### YOUR ASSIGNMENT
Respond with nothing but the number of lines in this data that include the word "coupler".

[Records from a collection]
----
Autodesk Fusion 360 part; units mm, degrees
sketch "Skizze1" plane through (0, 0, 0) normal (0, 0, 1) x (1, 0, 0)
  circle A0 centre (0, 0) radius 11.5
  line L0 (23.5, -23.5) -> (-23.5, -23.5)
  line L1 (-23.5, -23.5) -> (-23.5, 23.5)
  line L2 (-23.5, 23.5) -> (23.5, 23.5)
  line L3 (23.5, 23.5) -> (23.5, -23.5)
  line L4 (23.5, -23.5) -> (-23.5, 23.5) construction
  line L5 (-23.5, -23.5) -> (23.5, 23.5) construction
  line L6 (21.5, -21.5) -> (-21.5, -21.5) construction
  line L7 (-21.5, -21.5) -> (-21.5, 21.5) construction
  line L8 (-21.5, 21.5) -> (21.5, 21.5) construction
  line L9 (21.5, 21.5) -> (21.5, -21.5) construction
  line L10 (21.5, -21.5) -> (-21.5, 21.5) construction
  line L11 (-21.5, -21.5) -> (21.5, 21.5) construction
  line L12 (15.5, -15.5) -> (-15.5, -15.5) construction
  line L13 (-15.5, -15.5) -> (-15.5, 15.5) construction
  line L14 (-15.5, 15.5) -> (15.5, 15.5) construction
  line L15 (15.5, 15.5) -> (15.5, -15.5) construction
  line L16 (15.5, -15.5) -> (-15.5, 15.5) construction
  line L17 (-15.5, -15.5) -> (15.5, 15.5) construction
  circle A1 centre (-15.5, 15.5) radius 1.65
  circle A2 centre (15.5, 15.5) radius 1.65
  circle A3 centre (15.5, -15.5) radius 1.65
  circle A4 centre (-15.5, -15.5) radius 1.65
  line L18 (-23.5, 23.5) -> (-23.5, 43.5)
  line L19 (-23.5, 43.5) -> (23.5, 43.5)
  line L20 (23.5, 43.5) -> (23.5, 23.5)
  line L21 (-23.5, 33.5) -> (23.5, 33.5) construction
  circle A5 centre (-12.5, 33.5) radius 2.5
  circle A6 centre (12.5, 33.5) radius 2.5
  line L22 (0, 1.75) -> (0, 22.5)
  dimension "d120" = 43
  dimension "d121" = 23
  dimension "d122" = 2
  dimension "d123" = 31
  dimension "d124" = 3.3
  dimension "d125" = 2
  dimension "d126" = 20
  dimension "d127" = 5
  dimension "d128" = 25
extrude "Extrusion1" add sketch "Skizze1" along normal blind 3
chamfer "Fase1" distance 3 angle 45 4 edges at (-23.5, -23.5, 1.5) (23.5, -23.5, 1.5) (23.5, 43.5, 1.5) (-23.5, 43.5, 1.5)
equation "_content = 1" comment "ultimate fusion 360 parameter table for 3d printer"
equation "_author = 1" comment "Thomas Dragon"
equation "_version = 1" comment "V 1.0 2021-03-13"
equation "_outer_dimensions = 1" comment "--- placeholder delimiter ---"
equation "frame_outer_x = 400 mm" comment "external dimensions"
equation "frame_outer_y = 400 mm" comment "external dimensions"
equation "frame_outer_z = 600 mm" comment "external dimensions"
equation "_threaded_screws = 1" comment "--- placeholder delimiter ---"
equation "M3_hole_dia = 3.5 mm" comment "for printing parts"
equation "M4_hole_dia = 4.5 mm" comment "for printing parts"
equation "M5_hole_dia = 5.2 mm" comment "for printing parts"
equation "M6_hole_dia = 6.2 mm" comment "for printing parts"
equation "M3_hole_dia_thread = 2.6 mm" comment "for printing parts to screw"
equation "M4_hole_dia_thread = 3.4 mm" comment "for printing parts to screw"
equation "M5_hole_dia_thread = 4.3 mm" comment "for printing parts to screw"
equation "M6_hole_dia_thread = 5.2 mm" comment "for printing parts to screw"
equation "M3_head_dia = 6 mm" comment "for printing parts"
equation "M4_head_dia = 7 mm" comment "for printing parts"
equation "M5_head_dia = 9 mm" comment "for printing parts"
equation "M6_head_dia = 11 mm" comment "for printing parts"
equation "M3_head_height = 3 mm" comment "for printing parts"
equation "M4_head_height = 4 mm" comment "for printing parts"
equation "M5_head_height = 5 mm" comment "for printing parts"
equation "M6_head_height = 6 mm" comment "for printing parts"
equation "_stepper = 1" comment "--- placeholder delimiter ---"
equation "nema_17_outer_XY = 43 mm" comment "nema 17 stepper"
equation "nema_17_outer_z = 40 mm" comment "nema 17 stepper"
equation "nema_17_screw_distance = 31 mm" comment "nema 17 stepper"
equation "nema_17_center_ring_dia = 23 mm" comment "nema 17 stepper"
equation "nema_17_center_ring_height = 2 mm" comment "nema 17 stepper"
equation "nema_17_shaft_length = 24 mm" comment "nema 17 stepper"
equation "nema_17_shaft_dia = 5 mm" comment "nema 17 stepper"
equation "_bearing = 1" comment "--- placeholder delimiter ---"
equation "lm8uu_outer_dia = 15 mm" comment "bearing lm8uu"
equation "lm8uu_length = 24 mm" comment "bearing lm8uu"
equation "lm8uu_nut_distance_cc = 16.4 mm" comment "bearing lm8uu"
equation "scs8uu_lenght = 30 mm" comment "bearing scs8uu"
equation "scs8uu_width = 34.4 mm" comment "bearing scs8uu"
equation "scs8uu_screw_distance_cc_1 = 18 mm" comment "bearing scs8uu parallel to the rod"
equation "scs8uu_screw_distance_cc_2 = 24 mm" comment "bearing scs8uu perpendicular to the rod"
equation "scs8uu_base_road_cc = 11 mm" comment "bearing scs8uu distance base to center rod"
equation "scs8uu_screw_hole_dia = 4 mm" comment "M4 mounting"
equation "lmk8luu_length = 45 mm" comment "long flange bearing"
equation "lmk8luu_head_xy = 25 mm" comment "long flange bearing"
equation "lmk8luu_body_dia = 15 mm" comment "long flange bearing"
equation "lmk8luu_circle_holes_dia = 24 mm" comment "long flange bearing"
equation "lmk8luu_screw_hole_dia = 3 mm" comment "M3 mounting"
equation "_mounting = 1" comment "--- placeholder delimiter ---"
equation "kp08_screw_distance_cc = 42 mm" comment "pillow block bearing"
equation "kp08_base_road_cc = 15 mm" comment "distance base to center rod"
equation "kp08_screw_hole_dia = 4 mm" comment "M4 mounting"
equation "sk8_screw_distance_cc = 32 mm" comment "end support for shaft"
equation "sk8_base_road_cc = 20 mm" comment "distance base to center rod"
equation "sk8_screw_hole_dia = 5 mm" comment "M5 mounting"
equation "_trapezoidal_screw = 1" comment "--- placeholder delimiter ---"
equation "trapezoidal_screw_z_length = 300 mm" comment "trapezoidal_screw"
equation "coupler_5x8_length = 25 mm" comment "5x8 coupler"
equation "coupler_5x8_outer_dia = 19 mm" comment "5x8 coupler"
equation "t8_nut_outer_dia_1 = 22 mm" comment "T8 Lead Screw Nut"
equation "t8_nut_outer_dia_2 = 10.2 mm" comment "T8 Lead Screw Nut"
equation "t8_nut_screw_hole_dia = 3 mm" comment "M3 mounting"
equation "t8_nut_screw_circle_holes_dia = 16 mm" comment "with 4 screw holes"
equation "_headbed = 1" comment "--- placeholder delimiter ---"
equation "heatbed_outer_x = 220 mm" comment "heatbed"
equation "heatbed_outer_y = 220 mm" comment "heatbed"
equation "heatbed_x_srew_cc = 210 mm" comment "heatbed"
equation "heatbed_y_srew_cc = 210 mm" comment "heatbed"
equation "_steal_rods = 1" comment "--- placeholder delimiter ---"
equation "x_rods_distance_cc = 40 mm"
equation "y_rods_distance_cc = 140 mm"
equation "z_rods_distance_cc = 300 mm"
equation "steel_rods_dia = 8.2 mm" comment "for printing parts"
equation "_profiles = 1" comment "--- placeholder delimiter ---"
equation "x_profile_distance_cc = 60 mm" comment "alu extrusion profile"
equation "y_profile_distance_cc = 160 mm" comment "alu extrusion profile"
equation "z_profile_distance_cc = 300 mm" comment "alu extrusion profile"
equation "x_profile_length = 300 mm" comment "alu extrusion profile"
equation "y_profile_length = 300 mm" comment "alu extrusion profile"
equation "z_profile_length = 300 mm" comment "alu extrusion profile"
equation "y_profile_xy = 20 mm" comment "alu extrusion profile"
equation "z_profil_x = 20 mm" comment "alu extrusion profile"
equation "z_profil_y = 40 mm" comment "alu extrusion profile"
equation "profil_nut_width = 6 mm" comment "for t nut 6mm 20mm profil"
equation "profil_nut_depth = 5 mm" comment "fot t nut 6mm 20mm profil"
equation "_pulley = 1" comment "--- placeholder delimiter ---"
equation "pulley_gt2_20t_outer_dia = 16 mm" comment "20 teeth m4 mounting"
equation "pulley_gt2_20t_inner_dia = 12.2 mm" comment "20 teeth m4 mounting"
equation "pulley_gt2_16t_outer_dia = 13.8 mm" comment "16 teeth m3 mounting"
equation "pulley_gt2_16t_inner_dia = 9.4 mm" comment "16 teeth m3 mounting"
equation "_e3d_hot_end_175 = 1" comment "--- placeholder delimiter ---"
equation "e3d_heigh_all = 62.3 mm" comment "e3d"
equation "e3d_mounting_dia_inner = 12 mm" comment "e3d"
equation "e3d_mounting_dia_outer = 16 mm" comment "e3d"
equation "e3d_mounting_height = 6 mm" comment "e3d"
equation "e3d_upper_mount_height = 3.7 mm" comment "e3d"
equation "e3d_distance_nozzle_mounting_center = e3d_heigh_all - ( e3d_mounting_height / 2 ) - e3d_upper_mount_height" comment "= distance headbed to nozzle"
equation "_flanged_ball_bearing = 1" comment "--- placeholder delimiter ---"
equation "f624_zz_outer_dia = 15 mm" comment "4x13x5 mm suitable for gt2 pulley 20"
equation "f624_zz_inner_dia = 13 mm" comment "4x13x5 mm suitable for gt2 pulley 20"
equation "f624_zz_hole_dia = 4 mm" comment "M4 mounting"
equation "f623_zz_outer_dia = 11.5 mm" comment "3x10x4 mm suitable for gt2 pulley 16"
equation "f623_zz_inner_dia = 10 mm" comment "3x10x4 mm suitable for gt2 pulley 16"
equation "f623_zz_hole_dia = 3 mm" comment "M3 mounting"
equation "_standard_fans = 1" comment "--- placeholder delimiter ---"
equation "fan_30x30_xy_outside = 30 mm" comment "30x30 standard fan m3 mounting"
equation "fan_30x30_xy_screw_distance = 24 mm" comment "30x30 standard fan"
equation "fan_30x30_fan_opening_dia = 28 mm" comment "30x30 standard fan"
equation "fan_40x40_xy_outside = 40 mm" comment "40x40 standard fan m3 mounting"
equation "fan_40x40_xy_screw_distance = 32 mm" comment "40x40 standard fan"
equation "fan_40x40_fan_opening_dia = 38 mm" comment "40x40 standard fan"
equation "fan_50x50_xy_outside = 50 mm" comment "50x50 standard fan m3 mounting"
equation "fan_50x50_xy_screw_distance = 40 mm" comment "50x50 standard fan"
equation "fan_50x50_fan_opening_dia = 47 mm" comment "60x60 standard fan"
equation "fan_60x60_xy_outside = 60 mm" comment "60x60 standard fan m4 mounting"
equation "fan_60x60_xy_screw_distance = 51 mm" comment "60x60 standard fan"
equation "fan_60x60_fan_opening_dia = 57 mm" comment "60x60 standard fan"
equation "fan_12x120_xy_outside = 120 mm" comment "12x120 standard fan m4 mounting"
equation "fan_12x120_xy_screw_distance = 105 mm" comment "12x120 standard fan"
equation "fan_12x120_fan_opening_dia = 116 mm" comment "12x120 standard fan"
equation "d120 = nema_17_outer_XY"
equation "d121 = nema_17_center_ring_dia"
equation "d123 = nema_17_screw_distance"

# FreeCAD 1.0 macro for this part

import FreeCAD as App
import Part
import Sketcher

V = App.Vector
Q = App.Units.Quantity


def edges_at(feature, points):
    """Names of the edges that pass closest to the given points."""
    edges = feature.Shape.Edges
    near = lambda p: min(range(len(edges)), key=lambda i: edges[i].distToShape(Part.Vertex(*p))[0])
    return sorted({f"Edge{near(p) + 1}" for p in points})

doc = App.newDocument("Part")
params = doc.addObject("Spreadsheet::Sheet", "Params")
for row, (alias, value) in enumerate([
    ("sketch1_diameter", "23 mm"),
    ("sketch1_diameter2", "5 mm"),
    ("sketch1_diameter3", "3.3 mm"),
    ("sketch1_width", "47 mm"),
    ("sketch1_height", "67 mm"),
    ("pad1_length", "3 mm"),
    ("chamfer_size", "3 mm"),
], start=1):
    params.set(f"A{row}", alias)
    params.set(f"B{row}", "=" + value)
    params.setAlias(f"B{row}", alias)

body = doc.addObject("PartDesign::Body", "Body")

# Sketch on XY plane
sketch1 = body.newObject("Sketcher::SketchObject", "Sketch")
sketch1.AttachmentSupport = (doc.getObject("XY_Plane"), [""])
sketch1.MapMode = "FlatFace"
sketch1.addGeometry([
    Part.LineSegment(V(-23.5, -23.5, 0), V(23.5, -23.5, 0)),  # 0
    Part.LineSegment(V(23.5, -23.5, 0), V(23.5, 43.5, 0)),  # 1
    Part.LineSegment(V(23.5, 43.5, 0), V(-23.5, 43.5, 0)),  # 2
    Part.LineSegment(V(-23.5, 43.5, 0), V(-23.5, -23.5, 0)),  # 3
    Part.Circle(V(-15.5, -15.5, 0), V(0, 0, 1), 1.6),  # 4
    Part.Circle(V(15.5, -15.5, 0), V(0, 0, 1), 1.6),  # 5
    Part.Circle(V(0, 0, 0), V(0, 0, 1), 11.5),  # 6
    Part.Circle(V(-15.5, 15.5, 0), V(0, 0, 1), 1.6),  # 7
    Part.Circle(V(15.5, 15.5, 0), V(0, 0, 1), 1.6),  # 8
    Part.Circle(V(12.5, 33.5, 0), V(0, 0, 1), 2.5),  # 9
    Part.Circle(V(-12.5, 33.5, 0), V(0, 0, 1), 2.5),  # 10
], False)
sketch1.addConstraint([
    Sketcher.Constraint("Coincident", 0, 2, 1, 1),
    Sketcher.Constraint("Coincident", 1, 2, 2, 1),
    Sketcher.Constraint("Coincident", 2, 2, 3, 1),
    Sketcher.Constraint("Coincident", 3, 2, 0, 1),
    Sketcher.Constraint("Horizontal", 0),
    Sketcher.Constraint("Vertical", 1),
    Sketcher.Constraint("Horizontal", 2),
    Sketcher.Constraint("Vertical", 3),
    Sketcher.Constraint("Coincident", 6, 3, -1, 1),
    Sketcher.Constraint("Equal", 4, 5),
    Sketcher.Constraint("Equal", 5, 7),
    Sketcher.Constraint("Equal", 7, 8),
    Sketcher.Constraint("Equal", 9, 10),
    Sketcher.Constraint("Symmetric", 5, 3, 7, 3, -1, 1),
    Sketcher.Constraint("Symmetric", 4, 3, 8, 3, -1, 1),
    Sketcher.Constraint("Symmetric", 4, 3, 5, 3, -2),
    Sketcher.Constraint("Symmetric", 9, 3, 10, 3, -2),
    Sketcher.Constraint("Diameter", 6, Q("23 mm")),
    Sketcher.Constraint("Diameter", 9, Q("5 mm")),
    Sketcher.Constraint("Diameter", 4, Q("3.3 mm")),
    Sketcher.Constraint("DistanceX", 4, 3, 5, 3, Q("31 mm")),
    Sketcher.Constraint("DistanceY", 4, 3, 7, 3, Q("31 mm")),
    Sketcher.Constraint("DistanceX", 10, 3, 9, 3, Q("25 mm")),
    Sketcher.Constraint("DistanceX", 0, 1, 0, 2, Q("47 mm")),
    Sketcher.Constraint("DistanceY", 1, 1, 1, 2, Q("67 mm")),
    Sketcher.Constraint("DistanceY", 8, 3, 9, 3, Q("18 mm")),
    Sketcher.Constraint("DistanceX", 5, 3, 0, 2, Q("8 mm")),
    Sketcher.Constraint("DistanceY", 0, 2, 5, 3, Q("8 mm")),
])
sketch1.setExpression("Constraints[17]", "Params.sketch1_diameter")
sketch1.setExpression("Constraints[18]", "Params.sketch1_diameter2")
sketch1.setExpression("Constraints[19]", "Params.sketch1_diameter3")
sketch1.setExpression("Constraints[23]", "Params.sketch1_width")
sketch1.setExpression("Constraints[24]", "Params.sketch1_height")
pad1 = body.newObject("PartDesign::Pad", "Pad")
pad1.Profile = sketch1
pad1.setExpression("Length", "Params.pad1_length")
doc.recompute()

chamfer = body.newObject("PartDesign::Chamfer", "Chamfer")
chamfer.Base = (pad1, edges_at(pad1, [
    (-23.5, -23.5, 1.5),
    (23.5, -23.5, 1.5),
    (23.5, 43.5, 1.5),
    (-23.5, 43.5, 1.5),
]))
chamfer.setExpression("Size", "Params.chamfer_size")

doc.recompute()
----
### ANSWER SPACE
2